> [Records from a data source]

════════

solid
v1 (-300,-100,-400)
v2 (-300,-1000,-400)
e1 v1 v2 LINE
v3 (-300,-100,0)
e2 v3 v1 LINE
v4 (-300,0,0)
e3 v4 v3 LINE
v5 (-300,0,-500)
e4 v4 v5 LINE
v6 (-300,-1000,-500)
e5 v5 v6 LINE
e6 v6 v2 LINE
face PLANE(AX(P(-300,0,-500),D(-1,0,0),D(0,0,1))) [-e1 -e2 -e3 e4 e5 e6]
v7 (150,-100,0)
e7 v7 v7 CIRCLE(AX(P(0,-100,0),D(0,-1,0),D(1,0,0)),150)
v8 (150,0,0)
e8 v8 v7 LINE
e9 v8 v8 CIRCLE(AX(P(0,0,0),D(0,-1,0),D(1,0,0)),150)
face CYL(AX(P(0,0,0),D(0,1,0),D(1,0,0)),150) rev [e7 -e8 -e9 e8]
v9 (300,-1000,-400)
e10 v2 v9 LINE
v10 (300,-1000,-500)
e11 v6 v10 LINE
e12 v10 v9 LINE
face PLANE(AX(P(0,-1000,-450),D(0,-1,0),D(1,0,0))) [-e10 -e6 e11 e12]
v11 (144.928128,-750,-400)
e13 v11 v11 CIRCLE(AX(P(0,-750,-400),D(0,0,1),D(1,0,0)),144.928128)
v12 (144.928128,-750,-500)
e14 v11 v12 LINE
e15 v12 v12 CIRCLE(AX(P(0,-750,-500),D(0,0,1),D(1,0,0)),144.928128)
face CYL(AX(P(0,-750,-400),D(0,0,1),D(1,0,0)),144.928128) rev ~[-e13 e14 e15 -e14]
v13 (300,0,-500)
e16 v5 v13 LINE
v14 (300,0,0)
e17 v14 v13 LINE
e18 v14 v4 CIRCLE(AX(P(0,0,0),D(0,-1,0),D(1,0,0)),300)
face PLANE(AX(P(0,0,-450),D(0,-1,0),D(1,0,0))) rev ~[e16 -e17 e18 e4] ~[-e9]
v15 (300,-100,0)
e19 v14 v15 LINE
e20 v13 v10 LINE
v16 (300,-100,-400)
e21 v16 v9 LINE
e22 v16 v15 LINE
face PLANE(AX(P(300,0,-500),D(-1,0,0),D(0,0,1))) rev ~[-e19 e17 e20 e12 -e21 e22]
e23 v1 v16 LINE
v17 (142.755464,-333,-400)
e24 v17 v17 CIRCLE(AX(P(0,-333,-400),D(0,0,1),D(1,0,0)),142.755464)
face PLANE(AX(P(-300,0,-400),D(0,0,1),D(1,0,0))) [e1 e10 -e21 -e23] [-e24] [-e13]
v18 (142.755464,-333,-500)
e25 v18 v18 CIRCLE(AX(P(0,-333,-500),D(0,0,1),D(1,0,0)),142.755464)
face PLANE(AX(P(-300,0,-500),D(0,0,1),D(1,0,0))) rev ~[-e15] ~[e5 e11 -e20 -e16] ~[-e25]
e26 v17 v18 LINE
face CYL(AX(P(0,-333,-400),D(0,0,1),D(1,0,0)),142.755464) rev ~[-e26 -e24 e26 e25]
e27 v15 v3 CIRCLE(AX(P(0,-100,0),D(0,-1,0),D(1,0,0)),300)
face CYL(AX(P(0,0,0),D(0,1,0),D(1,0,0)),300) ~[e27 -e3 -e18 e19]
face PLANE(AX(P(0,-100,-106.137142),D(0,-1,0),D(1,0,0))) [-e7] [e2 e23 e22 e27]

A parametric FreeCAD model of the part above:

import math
import FreeCAD as App
import Part
import Sketcher

V = App.Vector
Q = App.Units.Quantity


def add_polygon(sketch, points):
    """Adds a closed chain of lines whose ends are joined by coincident constraints."""
    first, n = sketch.GeometryCount, len(points)
    for a, b in zip(points, points[1:] + points[:1]):
        sketch.addGeometry(Part.LineSegment(App.Vector(*a, 0), App.Vector(*b, 0)), False)
    for i in range(n):
        sketch.addConstraint(Sketcher.Constraint("Coincident", first + i, 2, first + (i + 1) % n, 1))

doc = App.newDocument("Part")
body = doc.addObject("PartDesign::Body", "Body")

sketch1 = doc.addObject("Sketcher::SketchObject", "Sketch")
body.addObject(sketch1)
sketch1.AttachmentSupport = (doc.XZ_Plane, [""])
sketch1.MapMode = "FlatFace"
sketch1.addGeometry([
    Part.LineSegment(V(300, -400, 0), V(300, 0, 0)),
    Part.ArcOfCircle(Part.Circle(V(0, 0, 0), V(0, 0, 1), 300), math.radians(0), math.radians(180)),
    Part.LineSegment(V(-300, 0, 0), V(-300, -400, 0)),
    Part.LineSegment(V(-300, -400, 0), V(300, -400, 0)),
    Part.Circle(V(0, 0, 0), V(0, 0, 1), 150),
], False)
sketch1.addConstraint([
    Sketcher.Constraint("Tangent", 0, 2, 1, 1),
    Sketcher.Constraint("Tangent", 1, 2, 2, 1),
    Sketcher.Constraint("Coincident", 2, 2, 3, 1),
    Sketcher.Constraint("Coincident", 3, 2, 0, 1),
    Sketcher.Constraint("Vertical", 0),
    Sketcher.Constraint("Vertical", 2),
    Sketcher.Constraint("Horizontal", 3),
    Sketcher.Constraint("Coincident", 1, 3, -1, 1),
    Sketcher.Constraint("Coincident", 4, 3, -1, 1),
    Sketcher.Constraint("Diameter", 4, Q("300 mm")),
    Sketcher.Constraint("Radius", 1, Q("300 mm")),
    Sketcher.Constraint("DistanceY", 0, 1, 0, 2, Q("400 mm")),
])
pad1 = doc.addObject("PartDesign::Pad", "Pad")
body.addObject(pad1)
pad1.Profile = sketch1
pad1.Length = 100

sketch2 = doc.addObject("Sketcher::SketchObject", "Sketch001")
body.addObject(sketch2)
sketch2.AttachmentSupport = (doc.XZ_Plane, [""])
sketch2.MapMode = "FlatFace"
add_polygon(sketch2, [(-300, -400), (-300, -500), (300, -500), (300, -400)])
sketch2.addConstraint([
    Sketcher.Constraint("Vertical", 0),
    Sketcher.Constraint("Horizontal", 1),
    Sketcher.Constraint("Vertical", 2),
    Sketcher.Constraint("Horizontal", 3),
    Sketcher.Constraint("DistanceX", 1, 1, 1, 2, Q("600 mm")),
    Sketcher.Constraint("DistanceY", 0, 2, 0, 1, Q("100 mm")),
    Sketcher.Constraint("DistanceX", 0, 2, -1, 1, Q("300 mm")),
    Sketcher.Constraint("DistanceY", 0, 2, -1, 1, Q("500 mm")),
])
pad2 = doc.addObject("PartDesign::Pad", "Pad001")
body.addObject(pad2)
pad2.Profile = sketch2
pad2.Length = 1000

sketch3 = doc.addObject("Sketcher::SketchObject", "Sketch002")
body.addObject(sketch3)
sketch3.AttachmentSupport = (doc.XY_Plane, [""])
sketch3.MapMode = "FlatFace"
sketch3.AttachmentOffset = App.Placement(V(0, 0, -400), App.Rotation())
sketch3.addGeometry([
    Part.Circle(V(0, -333, 0), V(0, 0, 1), 143),
    Part.Circle(V(0, -750, 0), V(0, 0, 1), 145),
], False)
sketch3.addConstraint([
    Sketcher.Constraint("PointOnObject", 0, 3, -2),
    Sketcher.Constraint("PointOnObject", 1, 3, -2),
    Sketcher.Constraint("DistanceY", 0, 3, -1, 1, Q("333 mm")),
    Sketcher.Constraint("DistanceY", 1, 3, -1, 1, Q("750 mm")),
    Sketcher.Constraint("Diameter", 0, Q("285.510928 mm")),
    Sketcher.Constraint("Diameter", 1, Q("289.856256 mm")),
])
pocket1 = doc.addObject("PartDesign::Pocket", "Pocket")
body.addObject(pocket1)
pocket1.Profile = sketch3
pocket1.Length = 100

doc.recompute()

════════

> [Problem to solve] The lines above, starting at the one with "e26 v17 v18 LINE" and ending at the one with "A parametric FreeCAD", are the only ones to return, exactly as written.

> [Exercise solution]
e26 v17 v18 LINE
face CYL(AX(P(0,-333,-400),D(0,0,1),D(1,0,0)),142.755464) rev ~[-e26 -e24 e26 e25]
e27 v15 v3 CIRCLE(AX(P(0,-100,0),D(0,-1,0),D(1,0,0)),300)
face CYL(AX(P(0,0,0),D(0,1,0),D(1,0,0)),300) ~[e27 -e3 -e18 e19]
face PLANE(AX(P(0,-100,-106.137142),D(0,-1,0),D(1,0,0))) [-e7] [e2 e23 e22 e27]

A parametric FreeCAD model of the part above:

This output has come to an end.